President Obama issues executive order "banning the box" for federal employers (though not federal contractors). This means that, instead of presenting a job application with a check-box asking if applicants have ever been in prison, federal employers will have to wait until later in the process to check backgrounds, and thus ex-prisoners will get to put their best foot forward and make more of their lives than they might otherwise had an opportunity to do. I wish he'd included federal contractors (which would have made a much bigger difference), but this still represents progress.
In a peripherally-related development, Politico headlines a story about Mr.

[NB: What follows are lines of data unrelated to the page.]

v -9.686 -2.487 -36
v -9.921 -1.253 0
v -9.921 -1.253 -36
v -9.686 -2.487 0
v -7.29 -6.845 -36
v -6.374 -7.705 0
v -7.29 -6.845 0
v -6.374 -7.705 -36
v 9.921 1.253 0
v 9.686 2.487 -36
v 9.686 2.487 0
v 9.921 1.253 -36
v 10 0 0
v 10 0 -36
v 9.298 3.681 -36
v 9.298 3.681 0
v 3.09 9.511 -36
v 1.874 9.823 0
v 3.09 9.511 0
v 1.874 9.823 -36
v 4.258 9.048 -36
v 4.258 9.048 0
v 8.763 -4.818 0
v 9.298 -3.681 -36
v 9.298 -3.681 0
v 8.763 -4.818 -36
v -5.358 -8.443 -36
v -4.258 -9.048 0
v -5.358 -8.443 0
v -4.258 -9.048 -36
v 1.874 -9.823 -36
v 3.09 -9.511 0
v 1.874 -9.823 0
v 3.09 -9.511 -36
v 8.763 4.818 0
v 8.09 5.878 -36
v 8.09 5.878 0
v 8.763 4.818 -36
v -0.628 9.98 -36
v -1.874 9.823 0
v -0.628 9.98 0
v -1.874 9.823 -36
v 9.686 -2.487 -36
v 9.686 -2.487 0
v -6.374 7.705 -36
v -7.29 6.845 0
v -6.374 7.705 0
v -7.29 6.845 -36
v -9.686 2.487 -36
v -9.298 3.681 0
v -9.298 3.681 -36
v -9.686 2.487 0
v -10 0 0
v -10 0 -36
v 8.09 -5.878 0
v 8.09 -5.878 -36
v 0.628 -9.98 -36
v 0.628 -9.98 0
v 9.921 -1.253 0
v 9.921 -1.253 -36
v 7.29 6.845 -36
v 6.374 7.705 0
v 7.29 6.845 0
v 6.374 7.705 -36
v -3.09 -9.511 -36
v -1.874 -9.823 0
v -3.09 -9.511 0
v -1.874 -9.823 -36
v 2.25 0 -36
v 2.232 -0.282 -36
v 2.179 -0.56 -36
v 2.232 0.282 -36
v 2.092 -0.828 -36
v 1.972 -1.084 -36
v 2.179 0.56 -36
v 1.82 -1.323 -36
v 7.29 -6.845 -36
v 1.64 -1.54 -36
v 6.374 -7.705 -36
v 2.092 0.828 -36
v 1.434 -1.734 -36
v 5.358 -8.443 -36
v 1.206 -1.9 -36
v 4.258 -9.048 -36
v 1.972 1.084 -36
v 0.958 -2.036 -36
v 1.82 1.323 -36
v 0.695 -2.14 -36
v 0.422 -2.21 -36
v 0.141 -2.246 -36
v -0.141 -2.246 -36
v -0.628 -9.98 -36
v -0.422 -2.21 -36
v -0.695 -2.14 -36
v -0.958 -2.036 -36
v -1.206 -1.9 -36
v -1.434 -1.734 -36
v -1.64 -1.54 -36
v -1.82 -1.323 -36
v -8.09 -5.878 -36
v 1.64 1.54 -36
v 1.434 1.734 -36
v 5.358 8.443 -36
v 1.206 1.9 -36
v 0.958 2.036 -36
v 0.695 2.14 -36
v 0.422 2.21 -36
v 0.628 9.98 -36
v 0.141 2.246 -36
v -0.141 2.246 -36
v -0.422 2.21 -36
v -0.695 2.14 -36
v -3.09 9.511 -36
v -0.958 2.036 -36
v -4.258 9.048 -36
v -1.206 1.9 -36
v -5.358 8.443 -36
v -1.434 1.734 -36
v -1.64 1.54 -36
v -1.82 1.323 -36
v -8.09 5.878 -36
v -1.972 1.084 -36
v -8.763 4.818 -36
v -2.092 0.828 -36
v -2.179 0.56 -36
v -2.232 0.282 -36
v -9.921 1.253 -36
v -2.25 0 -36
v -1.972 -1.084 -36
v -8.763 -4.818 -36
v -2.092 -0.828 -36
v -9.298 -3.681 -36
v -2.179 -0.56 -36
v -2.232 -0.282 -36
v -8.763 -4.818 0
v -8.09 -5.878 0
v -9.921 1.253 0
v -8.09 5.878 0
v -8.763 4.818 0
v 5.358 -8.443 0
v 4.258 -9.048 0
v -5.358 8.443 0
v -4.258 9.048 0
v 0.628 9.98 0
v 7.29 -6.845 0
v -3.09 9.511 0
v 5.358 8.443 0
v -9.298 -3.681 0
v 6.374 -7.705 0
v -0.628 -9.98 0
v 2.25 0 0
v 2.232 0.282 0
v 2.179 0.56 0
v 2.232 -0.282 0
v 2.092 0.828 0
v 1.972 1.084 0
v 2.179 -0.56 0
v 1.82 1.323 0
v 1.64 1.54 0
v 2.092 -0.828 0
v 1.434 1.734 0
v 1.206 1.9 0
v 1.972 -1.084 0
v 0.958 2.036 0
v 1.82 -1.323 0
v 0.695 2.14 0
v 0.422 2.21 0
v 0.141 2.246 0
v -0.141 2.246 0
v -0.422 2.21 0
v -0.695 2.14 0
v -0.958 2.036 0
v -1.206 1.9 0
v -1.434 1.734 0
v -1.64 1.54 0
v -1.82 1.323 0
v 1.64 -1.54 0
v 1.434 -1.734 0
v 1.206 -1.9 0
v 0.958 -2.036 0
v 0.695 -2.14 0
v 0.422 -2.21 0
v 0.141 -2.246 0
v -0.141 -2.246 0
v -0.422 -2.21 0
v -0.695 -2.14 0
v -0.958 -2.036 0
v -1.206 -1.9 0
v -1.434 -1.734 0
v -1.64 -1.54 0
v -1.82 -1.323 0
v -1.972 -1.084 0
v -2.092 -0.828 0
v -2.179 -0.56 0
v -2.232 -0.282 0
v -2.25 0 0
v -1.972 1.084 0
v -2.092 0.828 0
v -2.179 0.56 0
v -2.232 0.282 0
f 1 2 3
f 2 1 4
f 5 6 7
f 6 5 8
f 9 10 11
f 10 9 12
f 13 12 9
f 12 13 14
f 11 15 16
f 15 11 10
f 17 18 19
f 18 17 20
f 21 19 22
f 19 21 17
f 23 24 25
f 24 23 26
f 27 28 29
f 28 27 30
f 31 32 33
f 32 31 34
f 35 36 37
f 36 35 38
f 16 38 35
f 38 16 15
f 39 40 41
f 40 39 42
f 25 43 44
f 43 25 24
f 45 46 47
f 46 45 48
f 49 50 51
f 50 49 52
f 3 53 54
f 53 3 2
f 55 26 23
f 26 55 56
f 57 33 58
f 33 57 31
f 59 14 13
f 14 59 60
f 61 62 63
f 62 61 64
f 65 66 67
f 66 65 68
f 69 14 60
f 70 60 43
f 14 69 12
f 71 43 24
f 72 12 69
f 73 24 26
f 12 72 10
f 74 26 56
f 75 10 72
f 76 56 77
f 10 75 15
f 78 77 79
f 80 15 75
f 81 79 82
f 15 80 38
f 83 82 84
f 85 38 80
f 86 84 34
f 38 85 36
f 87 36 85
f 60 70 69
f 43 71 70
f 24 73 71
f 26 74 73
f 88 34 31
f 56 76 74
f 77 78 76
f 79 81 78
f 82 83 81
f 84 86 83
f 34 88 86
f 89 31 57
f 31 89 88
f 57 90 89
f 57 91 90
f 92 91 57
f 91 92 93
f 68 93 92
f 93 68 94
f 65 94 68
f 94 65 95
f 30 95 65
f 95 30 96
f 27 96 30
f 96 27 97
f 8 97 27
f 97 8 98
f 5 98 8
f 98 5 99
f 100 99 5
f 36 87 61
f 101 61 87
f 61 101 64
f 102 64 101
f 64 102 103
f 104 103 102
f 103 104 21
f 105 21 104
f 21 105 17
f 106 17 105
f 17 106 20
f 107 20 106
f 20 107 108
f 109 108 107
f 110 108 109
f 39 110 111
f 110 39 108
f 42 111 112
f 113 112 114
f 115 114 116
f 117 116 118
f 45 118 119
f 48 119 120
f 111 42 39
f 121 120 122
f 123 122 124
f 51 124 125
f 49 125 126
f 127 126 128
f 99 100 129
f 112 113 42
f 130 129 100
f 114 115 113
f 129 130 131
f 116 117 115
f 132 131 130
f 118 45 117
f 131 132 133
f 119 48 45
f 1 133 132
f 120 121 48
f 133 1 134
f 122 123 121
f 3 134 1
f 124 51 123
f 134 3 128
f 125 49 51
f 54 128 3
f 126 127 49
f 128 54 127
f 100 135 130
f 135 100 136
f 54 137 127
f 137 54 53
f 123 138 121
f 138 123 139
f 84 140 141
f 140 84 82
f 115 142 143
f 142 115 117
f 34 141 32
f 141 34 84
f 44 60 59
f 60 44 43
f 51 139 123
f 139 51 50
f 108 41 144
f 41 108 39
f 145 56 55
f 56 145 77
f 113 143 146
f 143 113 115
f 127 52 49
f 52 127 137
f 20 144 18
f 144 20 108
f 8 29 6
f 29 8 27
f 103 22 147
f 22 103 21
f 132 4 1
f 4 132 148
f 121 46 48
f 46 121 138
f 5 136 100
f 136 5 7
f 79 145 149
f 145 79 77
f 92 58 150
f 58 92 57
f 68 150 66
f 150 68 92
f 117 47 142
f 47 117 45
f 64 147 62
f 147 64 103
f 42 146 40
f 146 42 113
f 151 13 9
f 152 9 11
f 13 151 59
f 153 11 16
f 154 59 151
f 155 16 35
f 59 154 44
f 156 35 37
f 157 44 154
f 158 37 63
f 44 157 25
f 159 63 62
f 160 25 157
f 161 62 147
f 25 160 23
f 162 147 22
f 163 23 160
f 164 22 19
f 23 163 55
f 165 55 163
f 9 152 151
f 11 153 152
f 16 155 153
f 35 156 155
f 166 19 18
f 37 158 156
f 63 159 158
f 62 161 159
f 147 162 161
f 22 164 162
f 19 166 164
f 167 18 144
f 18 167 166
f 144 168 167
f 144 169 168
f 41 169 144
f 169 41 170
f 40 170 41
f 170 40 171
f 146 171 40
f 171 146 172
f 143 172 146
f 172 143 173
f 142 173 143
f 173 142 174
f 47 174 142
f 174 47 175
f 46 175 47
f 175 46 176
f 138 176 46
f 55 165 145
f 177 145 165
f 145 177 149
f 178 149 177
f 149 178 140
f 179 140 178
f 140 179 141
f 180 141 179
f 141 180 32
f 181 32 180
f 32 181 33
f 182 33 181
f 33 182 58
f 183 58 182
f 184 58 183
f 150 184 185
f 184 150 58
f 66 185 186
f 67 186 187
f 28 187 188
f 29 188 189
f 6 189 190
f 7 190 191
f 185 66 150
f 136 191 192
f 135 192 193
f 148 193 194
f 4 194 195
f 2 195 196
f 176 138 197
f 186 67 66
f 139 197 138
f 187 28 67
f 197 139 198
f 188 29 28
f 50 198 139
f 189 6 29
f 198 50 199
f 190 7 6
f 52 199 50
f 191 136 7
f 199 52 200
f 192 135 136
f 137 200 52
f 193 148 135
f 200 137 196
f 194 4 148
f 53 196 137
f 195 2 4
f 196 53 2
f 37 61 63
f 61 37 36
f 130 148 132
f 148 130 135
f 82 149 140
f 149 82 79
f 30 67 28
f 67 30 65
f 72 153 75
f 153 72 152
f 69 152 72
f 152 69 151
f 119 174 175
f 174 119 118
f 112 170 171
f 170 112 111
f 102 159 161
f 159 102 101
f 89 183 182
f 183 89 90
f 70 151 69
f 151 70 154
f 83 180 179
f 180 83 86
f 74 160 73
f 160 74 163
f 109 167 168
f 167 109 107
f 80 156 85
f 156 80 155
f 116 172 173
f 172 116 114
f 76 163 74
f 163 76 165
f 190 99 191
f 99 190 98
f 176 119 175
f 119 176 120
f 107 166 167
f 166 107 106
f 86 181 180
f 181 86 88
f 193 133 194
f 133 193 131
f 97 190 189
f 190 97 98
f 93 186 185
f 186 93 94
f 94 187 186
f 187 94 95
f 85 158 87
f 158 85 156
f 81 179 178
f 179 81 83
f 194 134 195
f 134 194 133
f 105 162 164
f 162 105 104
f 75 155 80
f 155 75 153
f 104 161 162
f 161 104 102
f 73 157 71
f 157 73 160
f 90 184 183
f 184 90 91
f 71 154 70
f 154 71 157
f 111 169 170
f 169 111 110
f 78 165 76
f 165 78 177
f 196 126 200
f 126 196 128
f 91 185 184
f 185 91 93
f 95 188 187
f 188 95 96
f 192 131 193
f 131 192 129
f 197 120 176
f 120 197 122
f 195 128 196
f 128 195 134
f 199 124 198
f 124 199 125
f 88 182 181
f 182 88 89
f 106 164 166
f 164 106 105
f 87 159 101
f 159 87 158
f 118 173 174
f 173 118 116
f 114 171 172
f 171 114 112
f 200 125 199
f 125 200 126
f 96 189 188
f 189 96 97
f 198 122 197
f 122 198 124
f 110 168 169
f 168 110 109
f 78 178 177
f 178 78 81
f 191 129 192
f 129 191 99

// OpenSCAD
$fn = 50;


difference() {
	union() {
		translate(v = [0, 0, -36.0000000000]) {
			cylinder(h = 36, r = 10.0000000000);
		}
		cylinder(h = 0, r = 16.0000000000);
	}
	union() {
		#translate(v = [0, 0, -36]) {
			cylinder(h = 36, r = 2.2500000000);
		}
	}
}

Obama's plan to release 6,000 non-violent drug offenders thusly: "Has Obama Set Loose a New Willie Horton?" I presume they won't use the I'm-just-asking defense -- I bet they'll claim they mean "Willie Horton" not in the near-literal, is-one-of-these-folks-actually-going-to-murder-someone sense, but in the "Willie Horton as political football" sense. It doesn't matter, because it sure looks like racist fearmongering. (In other news, Ted Cruz is completely useless -- he "favors reform," except when his opponents actually try reform.)
Study on online charter schools, partly funded by private charter school foundation, "effectively says that the average student who attends might as well not enroll," particularly where math is concerned. But you probably knew this, if you figure the charter school "movement" is basically a way to undermine public schools and steal taxpayer money at the same time, or if you've ever gone online and found yourself four clicks away from where you intended to be.

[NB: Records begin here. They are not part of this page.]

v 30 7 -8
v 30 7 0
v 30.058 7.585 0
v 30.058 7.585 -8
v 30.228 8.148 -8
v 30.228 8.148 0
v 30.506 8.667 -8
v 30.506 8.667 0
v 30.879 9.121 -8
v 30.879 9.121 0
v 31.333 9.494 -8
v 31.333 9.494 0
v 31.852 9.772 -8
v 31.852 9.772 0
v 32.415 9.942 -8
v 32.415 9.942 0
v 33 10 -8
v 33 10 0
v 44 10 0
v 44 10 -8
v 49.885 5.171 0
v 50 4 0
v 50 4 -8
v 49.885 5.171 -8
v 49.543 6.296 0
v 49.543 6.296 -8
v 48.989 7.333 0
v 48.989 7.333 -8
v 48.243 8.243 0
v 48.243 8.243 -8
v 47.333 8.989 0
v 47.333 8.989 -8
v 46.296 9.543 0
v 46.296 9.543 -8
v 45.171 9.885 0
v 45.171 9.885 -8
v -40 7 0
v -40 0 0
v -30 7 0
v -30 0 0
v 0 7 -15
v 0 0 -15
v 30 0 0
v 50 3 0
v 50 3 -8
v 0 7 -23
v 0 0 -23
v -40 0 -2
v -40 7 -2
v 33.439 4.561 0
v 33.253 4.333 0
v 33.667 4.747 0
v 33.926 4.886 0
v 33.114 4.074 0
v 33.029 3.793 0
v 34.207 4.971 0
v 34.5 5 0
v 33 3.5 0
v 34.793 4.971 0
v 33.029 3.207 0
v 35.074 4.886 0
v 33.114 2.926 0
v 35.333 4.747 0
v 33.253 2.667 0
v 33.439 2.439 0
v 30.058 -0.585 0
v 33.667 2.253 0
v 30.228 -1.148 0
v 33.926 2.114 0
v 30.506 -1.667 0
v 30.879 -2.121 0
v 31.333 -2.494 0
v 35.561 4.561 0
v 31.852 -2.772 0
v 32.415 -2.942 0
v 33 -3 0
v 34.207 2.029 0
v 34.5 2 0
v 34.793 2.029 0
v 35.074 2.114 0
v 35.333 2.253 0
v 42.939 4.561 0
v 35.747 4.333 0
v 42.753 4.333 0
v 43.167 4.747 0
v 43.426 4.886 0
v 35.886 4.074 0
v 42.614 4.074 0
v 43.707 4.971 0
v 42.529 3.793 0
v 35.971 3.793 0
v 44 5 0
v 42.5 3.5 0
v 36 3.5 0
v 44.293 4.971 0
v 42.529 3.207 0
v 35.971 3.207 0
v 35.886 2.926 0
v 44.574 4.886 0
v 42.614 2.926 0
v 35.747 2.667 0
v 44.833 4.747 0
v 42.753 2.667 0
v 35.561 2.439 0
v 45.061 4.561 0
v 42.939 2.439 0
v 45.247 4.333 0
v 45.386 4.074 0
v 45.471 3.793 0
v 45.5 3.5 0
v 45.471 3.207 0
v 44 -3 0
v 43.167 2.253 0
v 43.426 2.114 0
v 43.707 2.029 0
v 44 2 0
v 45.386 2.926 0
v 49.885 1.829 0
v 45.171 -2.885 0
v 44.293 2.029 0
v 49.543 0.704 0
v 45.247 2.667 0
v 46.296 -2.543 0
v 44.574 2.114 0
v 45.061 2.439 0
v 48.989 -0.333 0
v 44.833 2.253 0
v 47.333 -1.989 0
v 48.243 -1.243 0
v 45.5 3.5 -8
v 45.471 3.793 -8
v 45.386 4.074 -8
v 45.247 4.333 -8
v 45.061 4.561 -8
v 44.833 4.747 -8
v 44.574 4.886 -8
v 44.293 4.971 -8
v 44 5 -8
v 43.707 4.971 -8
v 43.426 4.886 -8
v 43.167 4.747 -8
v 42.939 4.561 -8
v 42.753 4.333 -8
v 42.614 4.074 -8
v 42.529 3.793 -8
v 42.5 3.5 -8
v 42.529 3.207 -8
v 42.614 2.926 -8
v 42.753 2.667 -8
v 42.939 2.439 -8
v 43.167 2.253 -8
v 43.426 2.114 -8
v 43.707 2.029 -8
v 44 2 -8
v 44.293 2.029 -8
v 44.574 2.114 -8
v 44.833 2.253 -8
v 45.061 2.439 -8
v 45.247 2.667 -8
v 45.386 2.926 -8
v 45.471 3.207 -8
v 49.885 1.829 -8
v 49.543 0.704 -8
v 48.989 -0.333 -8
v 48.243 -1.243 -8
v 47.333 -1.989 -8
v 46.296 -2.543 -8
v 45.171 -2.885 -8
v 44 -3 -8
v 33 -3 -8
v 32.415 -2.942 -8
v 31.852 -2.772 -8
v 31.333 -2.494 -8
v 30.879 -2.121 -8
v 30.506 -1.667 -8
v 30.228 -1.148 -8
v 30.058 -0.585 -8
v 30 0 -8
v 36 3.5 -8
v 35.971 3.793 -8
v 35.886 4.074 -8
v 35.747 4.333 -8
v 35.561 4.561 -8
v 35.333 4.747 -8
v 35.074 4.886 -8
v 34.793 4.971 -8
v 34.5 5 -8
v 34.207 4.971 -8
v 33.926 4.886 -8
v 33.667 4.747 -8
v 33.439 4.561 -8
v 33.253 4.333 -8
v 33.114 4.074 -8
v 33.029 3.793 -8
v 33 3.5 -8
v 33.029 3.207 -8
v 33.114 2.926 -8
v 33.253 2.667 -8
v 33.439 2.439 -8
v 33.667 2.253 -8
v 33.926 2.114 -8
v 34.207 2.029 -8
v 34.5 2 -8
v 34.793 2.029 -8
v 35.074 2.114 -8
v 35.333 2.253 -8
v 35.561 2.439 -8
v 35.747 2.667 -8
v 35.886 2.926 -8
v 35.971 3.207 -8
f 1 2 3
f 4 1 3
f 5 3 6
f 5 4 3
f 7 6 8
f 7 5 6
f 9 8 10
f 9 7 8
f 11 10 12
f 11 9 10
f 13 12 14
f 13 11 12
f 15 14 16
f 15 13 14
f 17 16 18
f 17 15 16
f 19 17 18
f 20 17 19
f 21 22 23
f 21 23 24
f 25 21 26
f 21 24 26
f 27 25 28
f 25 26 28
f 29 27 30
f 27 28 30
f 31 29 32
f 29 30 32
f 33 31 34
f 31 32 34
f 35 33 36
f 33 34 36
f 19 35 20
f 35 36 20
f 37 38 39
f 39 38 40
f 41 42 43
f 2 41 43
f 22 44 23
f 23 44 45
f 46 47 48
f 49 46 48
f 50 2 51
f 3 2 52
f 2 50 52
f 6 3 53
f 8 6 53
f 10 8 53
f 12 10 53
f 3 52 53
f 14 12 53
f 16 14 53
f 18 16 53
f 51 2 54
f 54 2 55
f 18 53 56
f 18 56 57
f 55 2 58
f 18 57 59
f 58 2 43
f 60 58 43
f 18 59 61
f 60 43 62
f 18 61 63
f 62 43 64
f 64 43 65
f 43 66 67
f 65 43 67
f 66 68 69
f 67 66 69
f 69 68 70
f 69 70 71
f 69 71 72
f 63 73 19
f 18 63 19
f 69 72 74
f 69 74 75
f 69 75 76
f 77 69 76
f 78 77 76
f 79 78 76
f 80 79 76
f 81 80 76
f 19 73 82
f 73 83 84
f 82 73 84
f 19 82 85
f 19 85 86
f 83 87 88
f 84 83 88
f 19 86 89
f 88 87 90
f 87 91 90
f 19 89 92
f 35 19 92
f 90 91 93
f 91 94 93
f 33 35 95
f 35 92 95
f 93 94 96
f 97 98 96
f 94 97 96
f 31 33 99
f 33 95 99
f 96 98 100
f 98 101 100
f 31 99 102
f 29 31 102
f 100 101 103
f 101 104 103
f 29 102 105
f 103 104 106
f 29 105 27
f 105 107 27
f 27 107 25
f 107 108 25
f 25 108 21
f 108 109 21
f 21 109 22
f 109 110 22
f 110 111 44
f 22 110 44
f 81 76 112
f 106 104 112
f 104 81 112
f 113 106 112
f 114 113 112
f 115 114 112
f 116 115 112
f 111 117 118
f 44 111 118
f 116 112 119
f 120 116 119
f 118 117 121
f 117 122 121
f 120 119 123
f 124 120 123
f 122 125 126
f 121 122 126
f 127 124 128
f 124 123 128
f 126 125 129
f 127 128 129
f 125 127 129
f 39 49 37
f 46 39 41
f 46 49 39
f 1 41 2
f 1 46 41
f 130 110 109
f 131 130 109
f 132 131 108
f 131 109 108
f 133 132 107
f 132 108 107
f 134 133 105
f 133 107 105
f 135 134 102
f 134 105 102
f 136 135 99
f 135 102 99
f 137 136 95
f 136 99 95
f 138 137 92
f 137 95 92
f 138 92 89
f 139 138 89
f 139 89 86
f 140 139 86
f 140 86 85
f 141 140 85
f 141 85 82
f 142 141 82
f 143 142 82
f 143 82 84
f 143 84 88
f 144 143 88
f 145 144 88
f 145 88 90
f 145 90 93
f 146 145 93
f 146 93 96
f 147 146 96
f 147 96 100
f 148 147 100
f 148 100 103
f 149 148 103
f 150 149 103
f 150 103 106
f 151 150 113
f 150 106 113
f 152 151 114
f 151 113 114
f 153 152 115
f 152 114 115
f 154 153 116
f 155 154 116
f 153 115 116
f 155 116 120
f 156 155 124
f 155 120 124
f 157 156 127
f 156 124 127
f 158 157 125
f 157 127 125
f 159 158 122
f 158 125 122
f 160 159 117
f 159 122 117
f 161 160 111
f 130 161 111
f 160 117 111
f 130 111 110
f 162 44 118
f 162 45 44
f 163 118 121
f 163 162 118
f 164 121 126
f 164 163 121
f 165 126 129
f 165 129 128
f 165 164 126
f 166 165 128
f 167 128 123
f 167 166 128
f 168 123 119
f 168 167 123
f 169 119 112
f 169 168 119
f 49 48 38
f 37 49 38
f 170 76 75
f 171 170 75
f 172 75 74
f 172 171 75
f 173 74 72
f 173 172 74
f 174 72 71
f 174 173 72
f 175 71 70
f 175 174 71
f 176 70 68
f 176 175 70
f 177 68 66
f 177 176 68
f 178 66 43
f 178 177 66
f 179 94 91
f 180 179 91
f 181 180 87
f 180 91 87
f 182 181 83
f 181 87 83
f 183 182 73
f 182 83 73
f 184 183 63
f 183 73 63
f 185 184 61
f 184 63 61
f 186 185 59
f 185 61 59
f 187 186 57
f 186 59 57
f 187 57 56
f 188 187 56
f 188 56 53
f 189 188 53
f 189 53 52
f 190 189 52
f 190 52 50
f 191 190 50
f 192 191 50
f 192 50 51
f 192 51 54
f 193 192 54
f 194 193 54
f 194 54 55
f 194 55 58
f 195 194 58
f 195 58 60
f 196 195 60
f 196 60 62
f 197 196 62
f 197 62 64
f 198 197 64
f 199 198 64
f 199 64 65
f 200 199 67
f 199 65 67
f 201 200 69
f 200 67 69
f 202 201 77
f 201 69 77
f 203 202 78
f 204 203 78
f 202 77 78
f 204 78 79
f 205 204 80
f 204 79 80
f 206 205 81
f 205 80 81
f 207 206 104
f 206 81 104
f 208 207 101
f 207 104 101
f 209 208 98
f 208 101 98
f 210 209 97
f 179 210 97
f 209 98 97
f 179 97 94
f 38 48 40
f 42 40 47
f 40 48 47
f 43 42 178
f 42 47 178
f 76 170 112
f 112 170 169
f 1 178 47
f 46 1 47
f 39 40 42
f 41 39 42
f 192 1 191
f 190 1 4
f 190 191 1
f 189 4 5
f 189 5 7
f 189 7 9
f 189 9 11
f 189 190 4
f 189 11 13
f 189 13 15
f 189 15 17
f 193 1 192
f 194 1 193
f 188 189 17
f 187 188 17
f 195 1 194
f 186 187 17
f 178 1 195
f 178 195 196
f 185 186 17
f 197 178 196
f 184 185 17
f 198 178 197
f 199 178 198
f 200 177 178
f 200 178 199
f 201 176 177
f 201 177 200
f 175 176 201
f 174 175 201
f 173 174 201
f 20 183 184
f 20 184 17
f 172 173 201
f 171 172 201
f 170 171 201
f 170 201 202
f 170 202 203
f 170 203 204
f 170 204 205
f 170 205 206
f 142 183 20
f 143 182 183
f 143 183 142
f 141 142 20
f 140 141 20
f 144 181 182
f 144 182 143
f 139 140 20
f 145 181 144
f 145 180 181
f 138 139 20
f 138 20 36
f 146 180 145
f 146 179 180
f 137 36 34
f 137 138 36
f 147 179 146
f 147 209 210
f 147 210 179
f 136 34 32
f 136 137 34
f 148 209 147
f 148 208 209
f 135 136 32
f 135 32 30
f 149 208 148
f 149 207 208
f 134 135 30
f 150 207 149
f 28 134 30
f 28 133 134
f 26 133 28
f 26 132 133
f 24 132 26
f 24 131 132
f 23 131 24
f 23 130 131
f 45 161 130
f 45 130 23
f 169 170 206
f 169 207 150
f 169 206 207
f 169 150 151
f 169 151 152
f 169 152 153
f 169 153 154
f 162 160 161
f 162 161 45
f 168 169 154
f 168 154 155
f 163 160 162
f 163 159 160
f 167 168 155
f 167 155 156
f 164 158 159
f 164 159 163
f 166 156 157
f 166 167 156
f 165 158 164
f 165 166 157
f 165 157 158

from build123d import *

# Parameters (mm, degrees)
BOSS_EXTRUDE1_DEPTH      = 7
BOSS_EXTRUDE2_DEPTH      = 3
BOSS_EXTRUDE2_DEPTH_BACK = 10
SKETCH2_W                = 20
SKETCH2_H                = 8
FILLET1_R                = 6
FILLET2_R                = 3
F_3_0_3_DIAMETER_HOLE1_D = 3


with BuildPart() as part:
    # Sketch1 → Boss-Extrude1 (new body)
    with BuildSketch(Plane(origin=(0, 0, 0), x_dir=(1, 0, 0), z_dir=(0, 1, 0))):
        Polygon((50, 0), (50, 8), (30, 8), (0, 23), (-40, 2), (-40, 0), (-30, 0), (0, 15), (30, 0), align=None)
    extrude(amount=BOSS_EXTRUDE1_DEPTH)

    # Sketch2 → Boss-Extrude2 (add, two sides: drawn at the far end of the back side and taken through both)
    with BuildSketch(Plane(origin=(0, 7, 0), x_dir=(1, 0, 0), z_dir=(0, 1, 0)).offset(-BOSS_EXTRUDE2_DEPTH_BACK)):
        with Locations((40, 4)):
            Rectangle(SKETCH2_W, SKETCH2_H)
    extrude(amount=BOSS_EXTRUDE2_DEPTH + BOSS_EXTRUDE2_DEPTH_BACK)

    # Fillet1
    fillet1_edges = [part.edges().sort_by_distance(p)[0] for p in [
        (50, -3, -4),
        (50, 10, -4),
    ]]
    fillet(fillet1_edges, radius=FILLET1_R)

    # Fillet2
    fillet2_edges = [part.edges().sort_by_distance(p)[0] for p in [
        (30, -3, -4),
        (30, 10, -4),
    ]]
    fillet(fillet2_edges, radius=FILLET2_R - 0.0001)  # a hair under: the kernel refuses the full size

    # Ø3.0 (3) Diameter Hole1 (through all)
    with Locations(Plane(origin=(0, 0, -8), x_dir=(-1, 0, 0), z_dir=(0, 0, -1))):
        with Locations((-44, 3.5), (-34.5, 3.5)):
            Hole(F_3_0_3_DIAMETER_HOLE1_D / 2)


solid = part.part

Forced arbitration makes the New York Times! OK, they've probably covered it before -- after all, a main foe of forced arbitration, Sen. Blumenthal, lives just over the border in Connecticut -- but this is about as good a primer about (in one law professor's words) "the whole-scale privatization of the justice system" that you'll get. Warning: some of the items contained therein will make you very angry. Which, I assure you, is because you're a good person.
Finally, even Fox News Sunday all but tells Paul Ryan he's a hypocrite for wanting more time with his family while opposing bills that would help all workers have more time with their families. Remember, "some new federal entitlement" and "a new unfunded entitlement" don't actually have any bad words in them, regardless of Mr. Ryan's tone. And the FAMILY Act, which would essentially make the Family Medical Leave Act paid, is actually funded by a laughably small payroll tax. So when Paul Ryan brandishes "unfunded" as a scare word, he's not even right.